Records from a data source
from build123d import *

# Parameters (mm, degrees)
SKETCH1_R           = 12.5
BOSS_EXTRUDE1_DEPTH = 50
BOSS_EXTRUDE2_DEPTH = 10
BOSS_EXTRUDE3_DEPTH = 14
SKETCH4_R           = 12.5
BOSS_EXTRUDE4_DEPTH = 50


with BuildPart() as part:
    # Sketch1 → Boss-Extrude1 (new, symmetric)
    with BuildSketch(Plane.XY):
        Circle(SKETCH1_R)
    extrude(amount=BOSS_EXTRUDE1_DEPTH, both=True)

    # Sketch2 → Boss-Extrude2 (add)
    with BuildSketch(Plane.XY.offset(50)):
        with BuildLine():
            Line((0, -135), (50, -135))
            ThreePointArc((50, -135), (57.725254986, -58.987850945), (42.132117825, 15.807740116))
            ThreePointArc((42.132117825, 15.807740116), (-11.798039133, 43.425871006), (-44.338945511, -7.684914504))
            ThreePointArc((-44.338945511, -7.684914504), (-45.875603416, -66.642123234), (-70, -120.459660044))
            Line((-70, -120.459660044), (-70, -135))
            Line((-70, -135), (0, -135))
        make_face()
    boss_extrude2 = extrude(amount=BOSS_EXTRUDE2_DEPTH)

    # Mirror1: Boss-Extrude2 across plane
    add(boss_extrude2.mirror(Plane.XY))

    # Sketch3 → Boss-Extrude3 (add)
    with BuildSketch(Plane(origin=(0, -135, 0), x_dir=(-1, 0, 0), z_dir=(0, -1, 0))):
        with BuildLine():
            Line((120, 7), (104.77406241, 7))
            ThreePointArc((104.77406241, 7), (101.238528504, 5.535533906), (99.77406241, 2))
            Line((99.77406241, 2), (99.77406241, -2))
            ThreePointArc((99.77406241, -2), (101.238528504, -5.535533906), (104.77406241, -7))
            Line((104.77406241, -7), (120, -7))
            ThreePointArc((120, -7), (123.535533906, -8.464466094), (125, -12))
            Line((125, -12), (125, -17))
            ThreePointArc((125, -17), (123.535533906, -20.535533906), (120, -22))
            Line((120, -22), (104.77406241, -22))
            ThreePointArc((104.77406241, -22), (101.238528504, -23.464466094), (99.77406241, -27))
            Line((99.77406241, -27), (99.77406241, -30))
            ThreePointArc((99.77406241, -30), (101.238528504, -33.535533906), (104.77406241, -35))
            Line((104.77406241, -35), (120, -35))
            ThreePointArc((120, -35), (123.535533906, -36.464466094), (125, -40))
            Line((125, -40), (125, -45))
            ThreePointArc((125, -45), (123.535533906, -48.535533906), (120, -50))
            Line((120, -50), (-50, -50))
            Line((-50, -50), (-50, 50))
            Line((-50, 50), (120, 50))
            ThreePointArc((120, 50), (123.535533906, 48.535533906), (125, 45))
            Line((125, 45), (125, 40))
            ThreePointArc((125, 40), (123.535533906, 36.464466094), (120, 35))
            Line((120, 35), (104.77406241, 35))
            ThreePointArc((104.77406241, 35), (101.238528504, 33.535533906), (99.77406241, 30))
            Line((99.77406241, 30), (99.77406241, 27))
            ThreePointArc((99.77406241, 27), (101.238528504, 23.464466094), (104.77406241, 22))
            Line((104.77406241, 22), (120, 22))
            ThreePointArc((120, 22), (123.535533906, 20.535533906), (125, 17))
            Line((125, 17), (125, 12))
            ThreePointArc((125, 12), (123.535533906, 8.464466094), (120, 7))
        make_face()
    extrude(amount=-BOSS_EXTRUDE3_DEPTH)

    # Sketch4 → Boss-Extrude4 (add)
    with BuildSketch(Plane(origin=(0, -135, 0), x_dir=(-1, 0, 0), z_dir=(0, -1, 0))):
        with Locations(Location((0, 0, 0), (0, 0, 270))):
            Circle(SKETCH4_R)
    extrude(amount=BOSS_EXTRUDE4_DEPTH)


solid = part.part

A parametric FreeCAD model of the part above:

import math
import FreeCAD as App
import Part
import Sketcher

doc = App.newDocument("Part")
body = doc.addObject("PartDesign::Body", "Body")

# Sketch on XY plane
sketch1 = doc.addObject("Sketcher::SketchObject", "Sketch")
body.addObject(sketch1)
sketch1.AttachmentSupport = (doc.XY_Plane, [""])
sketch1.MapMode = "FlatFace"
sketch1.addGeometry(Part.Circle(App.Vector(0, 0, 0), App.Vector(0, 0, 1), 12), False)
sketch1.addConstraint([
    Sketcher.Constraint("Coincident", 0, 3, -1, 1),
    Sketcher.Constraint("Diameter", 0, 25.0),
])
pad1 = doc.addObject("PartDesign::Pad", "Pad")
body.addObject(pad1)
pad1.Profile = sketch1
pad1.Length = 100
pad1.Midplane = True

# Sketch on XY plane
sketch2 = doc.addObject("Sketcher::SketchObject", "Sketch001")
body.addObject(sketch2)
sketch2.AttachmentSupport = (doc.XY_Plane, [""])
sketch2.MapMode = "FlatFace"
sketch2.AttachmentOffset = App.Placement(App.Vector(0, 0, 50), App.Rotation())
sketch2.addGeometry([
    Part.ArcOfCircle(Part.Circle(App.Vector(-192, -72, 0), App.Vector(0, 0, 1), 250), math.radians(-15), math.radians(21)),  # 0
    Part.ArcOfCircle(Part.Circle(App.Vector(0, 0, 0), App.Vector(0, 0, 1), 45), math.radians(21), math.radians(190)),  # 1
    Part.ArcOfCircle(Part.Circle(App.Vector(-192, -33, 0), App.Vector(0, 0, 1), 150), math.radians(-35), math.radians(10)),  # 2
    Part.LineSegment(App.Vector(-70, -120, 0), App.Vector(-70, -135, 0)),  # 3
    Part.LineSegment(App.Vector(-70, -135, 0), App.Vector(50, -135, 0)),  # 4
], False)
sketch2.addConstraint([
    Sketcher.Constraint("Tangent", 0, 2, 1, 1),
    Sketcher.Constraint("Tangent", 1, 2, 2, 2),
    Sketcher.Constraint("Coincident", 2, 1, 3, 1),
    Sketcher.Constraint("Coincident", 3, 2, 4, 1),
    Sketcher.Constraint("Coincident", 4, 2, 0, 1),
    Sketcher.Constraint("Vertical", 3),
    Sketcher.Constraint("Horizontal", 4),
    Sketcher.Constraint("Coincident", 1, 3, -1, 1),
    Sketcher.Constraint("Radius", 0, 250.0),
    Sketcher.Constraint("Radius", 1, 45.0),
    Sketcher.Constraint("DistanceX", 4, 1, 4, 2, 120.0),
    Sketcher.Constraint("DistanceX", 2, 1, -1, 1, 70.0),
    Sketcher.Constraint("DistanceY", 3, 2, -1, 1, 135.0),
    Sketcher.Constraint("Radius", 2, 150.153152),
    Sketcher.Constraint("DistanceY", 3, 2, 3, 1, 14.54034),
])
pad2 = doc.addObject("PartDesign::Pad", "Pad001")
body.addObject(pad2)
pad2.Profile = sketch2
pad2.Length = 10
doc.recompute()

mirrored = doc.addObject("PartDesign::Mirrored", "Mirrored")
body.addObject(mirrored)
mirrored.Originals = [pad2]
mirrored.MirrorPlane = (doc.XY_Plane, [""])
body.Tip = mirrored

# Sketch on XZ plane
sketch3 = doc.addObject("Sketcher::SketchObject", "Sketch002")
body.addObject(sketch3)
sketch3.AttachmentSupport = (doc.XZ_Plane, [""])
sketch3.MapMode = "FlatFace"
sketch3.AttachmentOffset = App.Placement(App.Vector(0, 0, 135), App.Rotation())
sketch3.addGeometry([
    Part.LineSegment(App.Vector(-104.8, -7, 0), App.Vector(-120, -7, 0)),  # 0
    Part.ArcOfCircle(Part.Circle(App.Vector(-120, -12, 0), App.Vector(0, 0, 1), 5), math.radians(90), math.radians(180)),  # 1
    Part.LineSegment(App.Vector(-125, -12, 0), App.Vector(-125, -17, 0)),  # 2
    Part.ArcOfCircle(Part.Circle(App.Vector(-120, -17, 0), App.Vector(0, 0, 1), 5), math.radians(180), math.radians(270)),  # 3
    Part.LineSegment(App.Vector(-120, -22, 0), App.Vector(-104.8, -22, 0)),  # 4
    Part.ArcOfCircle(Part.Circle(App.Vector(-104.8, -27, 0), App.Vector(0, 0, 1), 5), math.radians(0), math.radians(90)),  # 5
    Part.LineSegment(App.Vector(-99.8, -27, 0), App.Vector(-99.8, -30, 0)),  # 6
    Part.ArcOfCircle(Part.Circle(App.Vector(-104.8, -30, 0), App.Vector(0, 0, 1), 5), math.radians(-90), math.radians(0)),  # 7
    Part.LineSegment(App.Vector(-104.8, -35, 0), App.Vector(-120, -35, 0)),  # 8
    Part.ArcOfCircle(Part.Circle(App.Vector(-120, -40, 0), App.Vector(0, 0, 1), 5), math.radians(90), math.radians(180)),  # 9
    Part.LineSegment(App.Vector(-125, -40, 0), App.Vector(-125, -45, 0)),  # 10
    Part.ArcOfCircle(Part.Circle(App.Vector(-120, -45, 0), App.Vector(0, 0, 1), 5), math.radians(180), math.radians(270)),  # 11
    Part.LineSegment(App.Vector(-120, -50, 0), App.Vector(50, -50, 0)),  # 12
    Part.LineSegment(App.Vector(50, -50, 0), App.Vector(50, 50, 0)),  # 13
    Part.LineSegment(App.Vector(50, 50, 0), App.Vector(-120, 50, 0)),  # 14
    Part.ArcOfCircle(Part.Circle(App.Vector(-120, 45, 0), App.Vector(0, 0, 1), 5), math.radians(90), math.radians(180)),  # 15
    Part.LineSegment(App.Vector(-125, 45, 0), App.Vector(-125, 40, 0)),  # 16
    Part.ArcOfCircle(Part.Circle(App.Vector(-120, 40, 0), App.Vector(0, 0, 1), 5), math.radians(180), math.radians(270)),  # 17
    Part.LineSegment(App.Vector(-120, 35, 0), App.Vector(-104.8, 35, 0)),  # 18
    Part.ArcOfCircle(Part.Circle(App.Vector(-104.8, 30, 0), App.Vector(0, 0, 1), 5), math.radians(0), math.radians(90)),  # 19
    Part.LineSegment(App.Vector(-99.8, 30, 0), App.Vector(-99.8, 27, 0)),  # 20
    Part.ArcOfCircle(Part.Circle(App.Vector(-104.8, 27, 0), App.Vector(0, 0, 1), 5), math.radians(-90), math.radians(0)),  # 21
    Part.LineSegment(App.Vector(-104.8, 22, 0), App.Vector(-120, 22, 0)),  # 22
    Part.ArcOfCircle(Part.Circle(App.Vector(-120, 17, 0), App.Vector(0, 0, 1), 5), math.radians(90), math.radians(180)),  # 23
    Part.LineSegment(App.Vector(-125, 17, 0), App.Vector(-125, 12, 0)),  # 24
    Part.ArcOfCircle(Part.Circle(App.Vector(-120, 12, 0), App.Vector(0, 0, 1), 5), math.radians(180), math.radians(270)),  # 25
    Part.LineSegment(App.Vector(-120, 7, 0), App.Vector(-104.8, 7, 0)),  # 26
    Part.ArcOfCircle(Part.Circle(App.Vector(-104.8, 2, 0), App.Vector(0, 0, 1), 5), math.radians(0), math.radians(90)),  # 27
    Part.LineSegment(App.Vector(-99.8, 2, 0), App.Vector(-99.8, -2, 0)),  # 28
    Part.ArcOfCircle(Part.Circle(App.Vector(-104.8, -2, 0), App.Vector(0, 0, 1), 5), math.radians(-90), math.radians(0)),  # 29
], False)
sketch3.addConstraint([
    Sketcher.Constraint("Tangent", 0, 2, 1, 1),
    Sketcher.Constraint("Tangent", 1, 2, 2, 1),
    Sketcher.Constraint("Tangent", 2, 2, 3, 1),
    Sketcher.Constraint("Tangent", 3, 2, 4, 1),
    Sketcher.Constraint("Tangent", 4, 2, 5, 2),
    Sketcher.Constraint("Tangent", 5, 1, 6, 1),
    Sketcher.Constraint("Tangent", 6, 2, 7, 2),
    Sketcher.Constraint("Tangent", 7, 1, 8, 1),
    Sketcher.Constraint("Tangent", 8, 2, 9, 1),
    Sketcher.Constraint("Tangent", 9, 2, 10, 1),
    Sketcher.Constraint("Tangent", 10, 2, 11, 1),
    Sketcher.Constraint("Tangent", 11, 2, 12, 1),
    Sketcher.Constraint("Coincident", 12, 2, 13, 1),
    Sketcher.Constraint("Coincident", 13, 2, 14, 1),
    Sketcher.Constraint("Tangent", 14, 2, 15, 1),
    Sketcher.Constraint("Tangent", 15, 2, 16, 1),
    Sketcher.Constraint("Tangent", 16, 2, 17, 1),
    Sketcher.Constraint("Tangent", 17, 2, 18, 1),
    Sketcher.Constraint("Tangent", 18, 2, 19, 2),
    Sketcher.Constraint("Tangent", 19, 1, 20, 1),
    Sketcher.Constraint("Tangent", 20, 2, 21, 2),
    Sketcher.Constraint("Tangent", 21, 1, 22, 1),
    Sketcher.Constraint("Tangent", 22, 2, 23, 1),
    Sketcher.Constraint("Tangent", 23, 2, 24, 1),
    Sketcher.Constraint("Tangent", 24, 2, 25, 1),
    Sketcher.Constraint("Tangent", 25, 2, 26, 1),
    Sketcher.Constraint("Tangent", 26, 2, 27, 2),
    Sketcher.Constraint("Tangent", 27, 1, 28, 1),
    Sketcher.Constraint("Tangent", 28, 2, 29, 2),
    Sketcher.Constraint("Tangent", 29, 1, 0, 1),
    Sketcher.Constraint("Horizontal", 0),
    Sketcher.Constraint("Vertical", 2),
    Sketcher.Constraint("Horizontal", 4),
    Sketcher.Constraint("Vertical", 6),
    Sketcher.Constraint("Horizontal", 8),
    Sketcher.Constraint("Vertical", 10),
    Sketcher.Constraint("Horizontal", 12),
    Sketcher.Constraint("Vertical", 13),
    Sketcher.Constraint("Horizontal", 14),
    Sketcher.Constraint("Vertical", 16),
    Sketcher.Constraint("Horizontal", 18),
    Sketcher.Constraint("Vertical", 20),
    Sketcher.Constraint("Horizontal", 22),
    Sketcher.Constraint("Vertical", 24),
    Sketcher.Constraint("Horizontal", 26),
    Sketcher.Constraint("Vertical", 28),
    Sketcher.Constraint("Equal", 1, 3),
    Sketcher.Constraint("Equal", 3, 5),
    Sketcher.Constraint("Equal", 5, 7),
    Sketcher.Constraint("Equal", 7, 9),
    Sketcher.Constraint("Equal", 9, 11),
    Sketcher.Constraint("Equal", 11, 15),
    Sketcher.Constraint("Equal", 15, 17),
    Sketcher.Constraint("Equal", 17, 19),
    Sketcher.Constraint("Equal", 19, 21),
    Sketcher.Constraint("Equal", 21, 23),
    Sketcher.Constraint("Equal", 23, 25),
    Sketcher.Constraint("Equal", 25, 27),
    Sketcher.Constraint("Equal", 27, 29),
    Sketcher.Constraint("Symmetric", 11, 3, 15, 3, -1),
    Sketcher.Constraint("Symmetric", 7, 3, 19, 3, -1),
    Sketcher.Constraint("Symmetric", 3, 3, 23, 3, -1),
    Sketcher.Constraint("Vertical", 3, 3, 9, 3),
    Sketcher.Constraint("Vertical", 21, 3, 27, 3),
    Sketcher.Constraint("Equal", 2, 10),
    Sketcher.Constraint("Equal", 16, 24),
    Sketcher.Constraint("Radius", 1, 5.0),
    Sketcher.Constraint("DistanceX", 12, 1, 12, 2, 170.0),
    Sketcher.Constraint("DistanceY", 2, 2, 2, 1, 5.0),
    Sketcher.Constraint("DistanceY", 6, 2, 6, 1, 3.0),
    Sketcher.Constraint("DistanceY", 13, 1, 13, 2, 100.0),
    Sketcher.Constraint("DistanceX", 1, 3, -1, 1, 120.0),
    Sketcher.Constraint("DistanceX", 0, 2, 0, 1, 15.225938),
])
pad3 = doc.addObject("PartDesign::Pad", "Pad002")
body.addObject(pad3)
pad3.Profile = sketch3
pad3.Length = 14
pad3.Reversed = True

# Sketch on XZ plane
sketch4 = doc.addObject("Sketcher::SketchObject", "Sketch003")
body.addObject(sketch4)
sketch4.AttachmentSupport = (doc.XZ_Plane, [""])
sketch4.MapMode = "FlatFace"
sketch4.AttachmentOffset = App.Placement(App.Vector(0, 0, 135), App.Rotation())
sketch4.addGeometry(Part.Circle(App.Vector(0, 0, 0), App.Vector(0, 0, 1), 12), False)
sketch4.addConstraint([
    Sketcher.Constraint("Coincident", 0, 3, -1, 1),
    Sketcher.Constraint("Diameter", 0, 25.0),
])
pad4 = doc.addObject("PartDesign::Pad", "Pad003")
body.addObject(pad4)
pad4.Profile = sketch4
pad4.Length = 50

doc.recompute()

> _Directions_
All lines above from the line with "# Sketch4 → Boss-Extrude4 (add)" through the line with "A parametric FreeCAD", both included, are to be set down exactly, with nothing else.

> _Solution_
    # Sketch4 → Boss-Extrude4 (add)
    with BuildSketch(Plane(origin=(0, -135, 0), x_dir=(-1, 0, 0), z_dir=(0, -1, 0))):
        with Locations(Location((0, 0, 0), (0, 0, 270))):
            Circle(SKETCH4_R)
    extrude(amount=BOSS_EXTRUDE4_DEPTH)


solid = part.part

A parametric FreeCAD model of the part above:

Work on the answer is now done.